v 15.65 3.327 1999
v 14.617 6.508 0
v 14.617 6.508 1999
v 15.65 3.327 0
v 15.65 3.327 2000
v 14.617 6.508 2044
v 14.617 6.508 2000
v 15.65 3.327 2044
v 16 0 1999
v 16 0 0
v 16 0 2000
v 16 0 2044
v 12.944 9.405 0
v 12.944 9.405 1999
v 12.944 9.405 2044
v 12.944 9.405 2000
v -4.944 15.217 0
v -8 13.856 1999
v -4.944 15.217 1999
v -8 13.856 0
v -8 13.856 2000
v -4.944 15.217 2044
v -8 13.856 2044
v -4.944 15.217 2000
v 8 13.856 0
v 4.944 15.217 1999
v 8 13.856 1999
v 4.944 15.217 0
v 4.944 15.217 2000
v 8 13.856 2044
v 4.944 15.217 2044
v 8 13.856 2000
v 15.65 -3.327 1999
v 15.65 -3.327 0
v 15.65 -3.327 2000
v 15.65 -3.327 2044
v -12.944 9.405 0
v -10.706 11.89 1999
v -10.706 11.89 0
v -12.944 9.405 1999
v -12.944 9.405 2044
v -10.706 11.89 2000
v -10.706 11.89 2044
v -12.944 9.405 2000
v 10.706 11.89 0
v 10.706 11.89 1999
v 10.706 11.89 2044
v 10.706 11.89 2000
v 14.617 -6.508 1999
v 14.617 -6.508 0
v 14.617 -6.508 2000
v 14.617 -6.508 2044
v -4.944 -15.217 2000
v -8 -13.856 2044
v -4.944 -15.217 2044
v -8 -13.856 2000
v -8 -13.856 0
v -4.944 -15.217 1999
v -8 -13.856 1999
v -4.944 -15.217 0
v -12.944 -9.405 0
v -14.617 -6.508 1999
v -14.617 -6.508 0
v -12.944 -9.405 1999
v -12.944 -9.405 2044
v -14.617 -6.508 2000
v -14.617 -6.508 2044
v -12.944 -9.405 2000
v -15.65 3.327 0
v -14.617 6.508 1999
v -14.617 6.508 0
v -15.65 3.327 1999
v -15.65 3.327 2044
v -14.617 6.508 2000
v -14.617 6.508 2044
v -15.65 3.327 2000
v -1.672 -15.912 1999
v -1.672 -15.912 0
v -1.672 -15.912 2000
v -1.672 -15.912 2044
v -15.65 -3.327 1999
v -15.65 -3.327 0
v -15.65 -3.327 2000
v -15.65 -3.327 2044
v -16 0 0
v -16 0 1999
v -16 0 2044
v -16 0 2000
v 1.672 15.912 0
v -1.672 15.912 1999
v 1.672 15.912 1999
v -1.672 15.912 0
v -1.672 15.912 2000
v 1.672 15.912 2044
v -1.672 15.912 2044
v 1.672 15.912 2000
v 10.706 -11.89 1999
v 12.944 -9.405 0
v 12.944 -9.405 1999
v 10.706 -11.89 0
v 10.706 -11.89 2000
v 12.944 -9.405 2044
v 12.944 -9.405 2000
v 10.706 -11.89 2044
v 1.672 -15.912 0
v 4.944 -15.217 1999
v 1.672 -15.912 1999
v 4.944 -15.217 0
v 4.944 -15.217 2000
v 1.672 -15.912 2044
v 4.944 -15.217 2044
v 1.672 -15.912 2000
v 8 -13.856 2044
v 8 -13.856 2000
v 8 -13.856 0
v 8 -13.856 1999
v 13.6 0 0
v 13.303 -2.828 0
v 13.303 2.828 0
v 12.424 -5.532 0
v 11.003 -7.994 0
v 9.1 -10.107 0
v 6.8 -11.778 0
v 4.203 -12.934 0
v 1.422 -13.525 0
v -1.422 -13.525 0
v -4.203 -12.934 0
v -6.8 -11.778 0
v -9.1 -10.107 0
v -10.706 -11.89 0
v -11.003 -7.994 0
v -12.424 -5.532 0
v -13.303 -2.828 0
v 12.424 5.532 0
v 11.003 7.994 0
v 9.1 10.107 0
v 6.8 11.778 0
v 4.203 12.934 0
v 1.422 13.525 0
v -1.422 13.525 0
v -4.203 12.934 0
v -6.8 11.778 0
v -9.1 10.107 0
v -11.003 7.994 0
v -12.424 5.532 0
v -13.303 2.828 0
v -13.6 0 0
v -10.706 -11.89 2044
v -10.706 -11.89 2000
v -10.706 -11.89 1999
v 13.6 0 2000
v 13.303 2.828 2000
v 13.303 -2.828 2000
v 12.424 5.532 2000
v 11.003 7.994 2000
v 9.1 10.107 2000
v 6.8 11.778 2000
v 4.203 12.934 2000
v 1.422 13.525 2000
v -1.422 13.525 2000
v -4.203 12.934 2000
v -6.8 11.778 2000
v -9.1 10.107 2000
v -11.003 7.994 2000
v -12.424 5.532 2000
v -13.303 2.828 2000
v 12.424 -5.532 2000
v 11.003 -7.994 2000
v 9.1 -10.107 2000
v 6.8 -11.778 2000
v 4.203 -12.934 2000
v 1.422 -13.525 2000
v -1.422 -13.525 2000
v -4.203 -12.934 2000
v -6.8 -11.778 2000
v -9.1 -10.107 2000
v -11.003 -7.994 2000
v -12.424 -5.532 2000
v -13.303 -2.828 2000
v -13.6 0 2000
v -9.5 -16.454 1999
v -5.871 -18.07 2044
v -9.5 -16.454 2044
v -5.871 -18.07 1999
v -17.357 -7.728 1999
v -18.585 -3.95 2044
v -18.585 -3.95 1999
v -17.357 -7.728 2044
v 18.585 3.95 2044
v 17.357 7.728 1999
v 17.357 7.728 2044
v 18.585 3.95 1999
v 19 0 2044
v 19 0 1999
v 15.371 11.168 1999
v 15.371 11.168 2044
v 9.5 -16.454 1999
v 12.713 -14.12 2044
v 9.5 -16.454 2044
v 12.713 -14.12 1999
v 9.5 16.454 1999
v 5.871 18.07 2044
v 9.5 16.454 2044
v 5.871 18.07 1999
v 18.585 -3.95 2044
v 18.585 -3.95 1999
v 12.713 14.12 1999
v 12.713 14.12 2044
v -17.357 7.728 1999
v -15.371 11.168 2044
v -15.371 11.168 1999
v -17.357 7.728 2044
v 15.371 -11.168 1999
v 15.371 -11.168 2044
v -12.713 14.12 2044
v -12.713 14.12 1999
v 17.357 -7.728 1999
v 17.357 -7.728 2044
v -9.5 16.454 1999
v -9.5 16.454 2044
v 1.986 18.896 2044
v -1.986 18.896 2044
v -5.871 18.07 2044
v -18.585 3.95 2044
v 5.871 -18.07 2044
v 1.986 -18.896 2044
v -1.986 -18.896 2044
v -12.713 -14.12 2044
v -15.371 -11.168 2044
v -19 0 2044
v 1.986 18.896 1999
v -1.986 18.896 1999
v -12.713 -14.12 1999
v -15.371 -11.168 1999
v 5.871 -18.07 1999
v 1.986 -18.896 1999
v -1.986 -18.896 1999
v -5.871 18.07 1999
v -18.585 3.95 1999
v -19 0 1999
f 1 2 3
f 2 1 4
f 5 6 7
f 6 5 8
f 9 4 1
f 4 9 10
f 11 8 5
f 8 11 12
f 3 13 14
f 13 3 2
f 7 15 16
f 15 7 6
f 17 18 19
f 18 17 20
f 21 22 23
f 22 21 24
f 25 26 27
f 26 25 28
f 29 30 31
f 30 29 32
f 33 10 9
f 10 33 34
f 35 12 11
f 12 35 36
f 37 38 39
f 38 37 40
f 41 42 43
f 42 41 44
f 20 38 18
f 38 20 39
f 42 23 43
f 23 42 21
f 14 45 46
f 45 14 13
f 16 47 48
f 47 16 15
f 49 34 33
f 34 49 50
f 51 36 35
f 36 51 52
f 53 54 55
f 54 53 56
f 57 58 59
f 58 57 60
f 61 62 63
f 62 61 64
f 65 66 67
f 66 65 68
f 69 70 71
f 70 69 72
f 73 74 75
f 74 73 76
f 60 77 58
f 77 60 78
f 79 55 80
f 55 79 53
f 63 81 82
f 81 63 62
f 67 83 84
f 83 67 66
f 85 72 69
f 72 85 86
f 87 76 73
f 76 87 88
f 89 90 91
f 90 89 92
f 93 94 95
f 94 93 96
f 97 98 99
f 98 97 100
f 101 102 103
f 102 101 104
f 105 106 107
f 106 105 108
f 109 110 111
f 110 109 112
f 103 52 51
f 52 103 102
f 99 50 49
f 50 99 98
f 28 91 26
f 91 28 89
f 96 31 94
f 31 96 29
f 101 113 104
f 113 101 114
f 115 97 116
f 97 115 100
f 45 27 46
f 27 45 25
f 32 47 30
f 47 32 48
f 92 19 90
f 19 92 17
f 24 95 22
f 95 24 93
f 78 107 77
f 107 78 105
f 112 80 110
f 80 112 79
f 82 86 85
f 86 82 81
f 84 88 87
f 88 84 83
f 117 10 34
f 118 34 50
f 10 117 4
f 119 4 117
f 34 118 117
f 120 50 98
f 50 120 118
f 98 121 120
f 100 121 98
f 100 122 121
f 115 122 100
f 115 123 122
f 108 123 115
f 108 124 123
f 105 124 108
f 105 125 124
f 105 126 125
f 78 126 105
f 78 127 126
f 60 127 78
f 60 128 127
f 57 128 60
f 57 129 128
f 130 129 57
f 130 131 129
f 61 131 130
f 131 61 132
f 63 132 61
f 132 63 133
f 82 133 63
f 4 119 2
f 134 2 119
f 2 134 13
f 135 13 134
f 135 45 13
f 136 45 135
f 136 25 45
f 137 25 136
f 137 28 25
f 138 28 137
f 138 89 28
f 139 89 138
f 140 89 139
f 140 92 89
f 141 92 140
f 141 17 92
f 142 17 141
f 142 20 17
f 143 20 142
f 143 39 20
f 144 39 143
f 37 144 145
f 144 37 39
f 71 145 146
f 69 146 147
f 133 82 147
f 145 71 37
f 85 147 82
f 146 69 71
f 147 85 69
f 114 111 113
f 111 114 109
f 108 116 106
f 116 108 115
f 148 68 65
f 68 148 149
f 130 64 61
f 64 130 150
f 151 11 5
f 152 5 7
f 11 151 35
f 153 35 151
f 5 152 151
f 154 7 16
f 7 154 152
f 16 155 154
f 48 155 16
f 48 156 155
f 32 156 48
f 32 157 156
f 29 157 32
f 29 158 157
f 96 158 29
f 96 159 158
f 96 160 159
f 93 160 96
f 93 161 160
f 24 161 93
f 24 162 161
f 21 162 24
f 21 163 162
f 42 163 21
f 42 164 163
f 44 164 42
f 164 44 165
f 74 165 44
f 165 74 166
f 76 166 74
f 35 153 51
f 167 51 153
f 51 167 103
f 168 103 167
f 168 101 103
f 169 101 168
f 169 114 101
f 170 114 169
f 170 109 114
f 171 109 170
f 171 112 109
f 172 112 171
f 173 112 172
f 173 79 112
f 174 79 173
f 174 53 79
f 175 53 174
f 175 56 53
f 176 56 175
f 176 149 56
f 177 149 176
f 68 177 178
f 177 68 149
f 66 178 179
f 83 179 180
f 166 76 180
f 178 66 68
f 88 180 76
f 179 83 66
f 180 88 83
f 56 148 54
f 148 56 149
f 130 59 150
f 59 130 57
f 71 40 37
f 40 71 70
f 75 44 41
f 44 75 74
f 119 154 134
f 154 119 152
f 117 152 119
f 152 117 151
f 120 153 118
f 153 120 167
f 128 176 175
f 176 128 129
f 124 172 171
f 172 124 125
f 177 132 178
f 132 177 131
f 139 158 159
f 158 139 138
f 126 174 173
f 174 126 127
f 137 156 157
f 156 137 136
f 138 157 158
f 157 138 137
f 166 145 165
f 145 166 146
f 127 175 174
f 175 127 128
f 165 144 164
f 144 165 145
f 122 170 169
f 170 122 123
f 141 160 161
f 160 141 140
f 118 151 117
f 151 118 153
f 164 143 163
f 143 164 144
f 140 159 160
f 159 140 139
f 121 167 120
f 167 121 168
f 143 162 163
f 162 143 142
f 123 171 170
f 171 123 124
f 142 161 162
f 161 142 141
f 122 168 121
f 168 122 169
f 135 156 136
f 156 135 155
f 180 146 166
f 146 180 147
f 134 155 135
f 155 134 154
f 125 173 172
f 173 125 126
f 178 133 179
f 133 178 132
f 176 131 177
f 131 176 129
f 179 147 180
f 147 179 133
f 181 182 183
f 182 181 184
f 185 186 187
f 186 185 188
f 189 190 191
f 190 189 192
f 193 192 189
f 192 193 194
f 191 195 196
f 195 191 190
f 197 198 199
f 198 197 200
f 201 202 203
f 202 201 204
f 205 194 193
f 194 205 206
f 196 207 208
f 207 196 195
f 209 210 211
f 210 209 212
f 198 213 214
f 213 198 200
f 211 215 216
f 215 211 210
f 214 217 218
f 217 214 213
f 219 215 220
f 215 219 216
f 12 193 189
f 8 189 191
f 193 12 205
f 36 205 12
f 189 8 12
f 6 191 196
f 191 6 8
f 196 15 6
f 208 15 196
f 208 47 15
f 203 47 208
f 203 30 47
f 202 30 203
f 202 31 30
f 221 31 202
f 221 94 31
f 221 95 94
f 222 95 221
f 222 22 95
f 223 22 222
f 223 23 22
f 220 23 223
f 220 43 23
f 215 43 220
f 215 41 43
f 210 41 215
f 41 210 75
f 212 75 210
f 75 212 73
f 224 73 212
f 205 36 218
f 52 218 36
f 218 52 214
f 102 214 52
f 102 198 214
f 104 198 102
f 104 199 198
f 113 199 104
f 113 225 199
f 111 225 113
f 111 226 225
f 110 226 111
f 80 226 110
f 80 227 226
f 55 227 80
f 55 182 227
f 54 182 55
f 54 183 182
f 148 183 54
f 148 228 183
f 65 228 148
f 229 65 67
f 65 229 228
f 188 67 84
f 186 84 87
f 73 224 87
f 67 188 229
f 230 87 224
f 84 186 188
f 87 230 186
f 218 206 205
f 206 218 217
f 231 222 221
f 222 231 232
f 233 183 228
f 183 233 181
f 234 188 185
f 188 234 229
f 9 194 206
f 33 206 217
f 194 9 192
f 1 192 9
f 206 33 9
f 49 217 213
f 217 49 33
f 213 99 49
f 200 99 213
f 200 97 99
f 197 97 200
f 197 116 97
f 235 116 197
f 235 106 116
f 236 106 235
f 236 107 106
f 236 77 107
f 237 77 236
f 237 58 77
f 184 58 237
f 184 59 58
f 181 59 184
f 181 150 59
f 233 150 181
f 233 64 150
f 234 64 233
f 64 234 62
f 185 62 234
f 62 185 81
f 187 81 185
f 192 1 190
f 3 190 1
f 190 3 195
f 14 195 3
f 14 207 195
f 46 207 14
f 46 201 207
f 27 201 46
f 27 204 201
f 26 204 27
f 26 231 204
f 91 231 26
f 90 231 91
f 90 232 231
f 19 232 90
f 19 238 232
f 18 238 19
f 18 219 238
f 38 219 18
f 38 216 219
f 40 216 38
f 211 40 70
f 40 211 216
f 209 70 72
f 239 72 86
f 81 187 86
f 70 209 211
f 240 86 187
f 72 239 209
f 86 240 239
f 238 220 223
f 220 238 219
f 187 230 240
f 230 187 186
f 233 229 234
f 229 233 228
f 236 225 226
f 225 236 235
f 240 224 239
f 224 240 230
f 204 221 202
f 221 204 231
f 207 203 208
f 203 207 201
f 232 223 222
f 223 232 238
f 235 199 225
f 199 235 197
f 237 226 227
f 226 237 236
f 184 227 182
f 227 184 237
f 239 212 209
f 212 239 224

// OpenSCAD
// Parameters
pipe_standard = 1; //[1:1:1]
nominal_size_mm = 32; //[16:64:1]
length_mm = 2000; //[1000:4000:10]
center = 0; //[0:1:1]
od_mm = 32; //[16:64:1]
wall_mm = 2.4; //[1.2:4.8:0.1]
id_mm = 27.2; //[10:60:0.1]
fitting_len_mm = 45; //[25:90:1]
fitting_od_mm = 38; //[30:60:1]
fitting_wall_mm = 3; //[1.5:6:0.1]
overlap_mm = 1; //[0.5:2:0.1]

// HT Pipe - complete geometry
module ht_pipe() {
  color([0.85, 0.85, 0.8]) {
    // Outer pipe
    difference() {
      cylinder(h=length_mm, r=od_mm/2, center=false);
      // Hollow bore
      translate([0, 0, 0])
        cylinder(h=length_mm + fitting_len_mm, r=id_mm/2, center=false);
    }
    
    // End fitting
    translate([0, 0, length_mm - overlap_mm])
      difference() {
        cylinder(h=fitting_len_mm, r=fitting_od_mm/2, center=false);
        translate([0, 0, 0])
          cylinder(h=fitting_len_mm + overlap_mm, r=fitting_od_mm/2 - fitting_wall_mm, center=false);
      }
  }
}

// Assembly
module assembly() {
  ht_pipe();
}

assembly();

******************************

Nothing but an exact copy of the lines from the start of the entries through the line containing "v -4.203 -12.934 0" belongs in the response.

v 15.65 3.327 1999
v 14.617 6.508 0
v 14.617 6.508 1999
v 15.65 3.327 0
v 15.65 3.327 2000
v 14.617 6.508 2044
v 14.617 6.508 2000
v 15.65 3.327 2044
v 16 0 1999
v 16 0 0
v 16 0 2000
v 16 0 2044
v 12.944 9.405 0
v 12.944 9.405 1999
v 12.944 9.405 2044
v 12.944 9.405 2000
v -4.944 15.217 0
v -8 13.856 1999
v -4.944 15.217 1999
v -8 13.856 0
v -8 13.856 2000
v -4.944 15.217 2044
v -8 13.856 2044
v -4.944 15.217 2000
v 8 13.856 0
v 4.944 15.217 1999
v 8 13.856 1999
v 4.944 15.217 0
v 4.944 15.217 2000
v 8 13.856 2044
v 4.944 15.217 2044
v 8 13.856 2000
v 15.65 -3.327 1999
v 15.65 -3.327 0
v 15.65 -3.327 2000
v 15.65 -3.327 2044
v -12.944 9.405 0
v -10.706 11.89 1999
v -10.706 11.89 0
v -12.944 9.405 1999
v -12.944 9.405 2044
v -10.706 11.89 2000
v -10.706 11.89 2044
v -12.944 9.405 2000
v 10.706 11.89 0
v 10.706 11.89 1999
v 10.706 11.89 2044
v 10.706 11.89 2000
v 14.617 -6.508 1999
v 14.617 -6.508 0
v 14.617 -6.508 2000
v 14.617 -6.508 2044
v -4.944 -15.217 2000
v -8 -13.856 2044
v -4.944 -15.217 2044
v -8 -13.856 2000
v -8 -13.856 0
v -4.944 -15.217 1999
v -8 -13.856 1999
v -4.944 -15.217 0
v -12.944 -9.405 0
v -14.617 -6.508 1999
v -14.617 -6.508 0
v -12.944 -9.405 1999
v -12.944 -9.405 2044
v -14.617 -6.508 2000
v -14.617 -6.508 2044
v -12.944 -9.405 2000
v -15.65 3.327 0
v -14.617 6.508 1999
v -14.617 6.508 0
v -15.65 3.327 1999
v -15.65 3.327 2044
v -14.617 6.508 2000
v -14.617 6.508 2044
v -15.65 3.327 2000
v -1.672 -15.912 1999
v -1.672 -15.912 0
v -1.672 -15.912 2000
v -1.672 -15.912 2044
v -15.65 -3.327 1999
v -15.65 -3.327 0
v -15.65 -3.327 2000
v -15.65 -3.327 2044
v -16 0 0
v -16 0 1999
v -16 0 2044
v -16 0 2000
v 1.672 15.912 0
v -1.672 15.912 1999
v 1.672 15.912 1999
v -1.672 15.912 0
v -1.672 15.912 2000
v 1.672 15.912 2044
v -1.672 15.912 2044
v 1.672 15.912 2000
v 10.706 -11.89 1999
v 12.944 -9.405 0
v 12.944 -9.405 1999
v 10.706 -11.89 0
v 10.706 -11.89 2000
v 12.944 -9.405 2044
v 12.944 -9.405 2000
v 10.706 -11.89 2044
v 1.672 -15.912 0
v 4.944 -15.217 1999
v 1.672 -15.912 1999
v 4.944 -15.217 0
v 4.944 -15.217 2000
v 1.672 -15.912 2044
v 4.944 -15.217 2044
v 1.672 -15.912 2000
v 8 -13.856 2044
v 8 -13.856 2000
v 8 -13.856 0
v 8 -13.856 1999
v 13.6 0 0
v 13.303 -2.828 0
v 13.303 2.828 0
v 12.424 -5.532 0
v 11.003 -7.994 0
v 9.1 -10.107 0
v 6.8 -11.778 0
v 4.203 -12.934 0
v 1.422 -13.525 0
v -1.422 -13.525 0
v -4.203 -12.934 0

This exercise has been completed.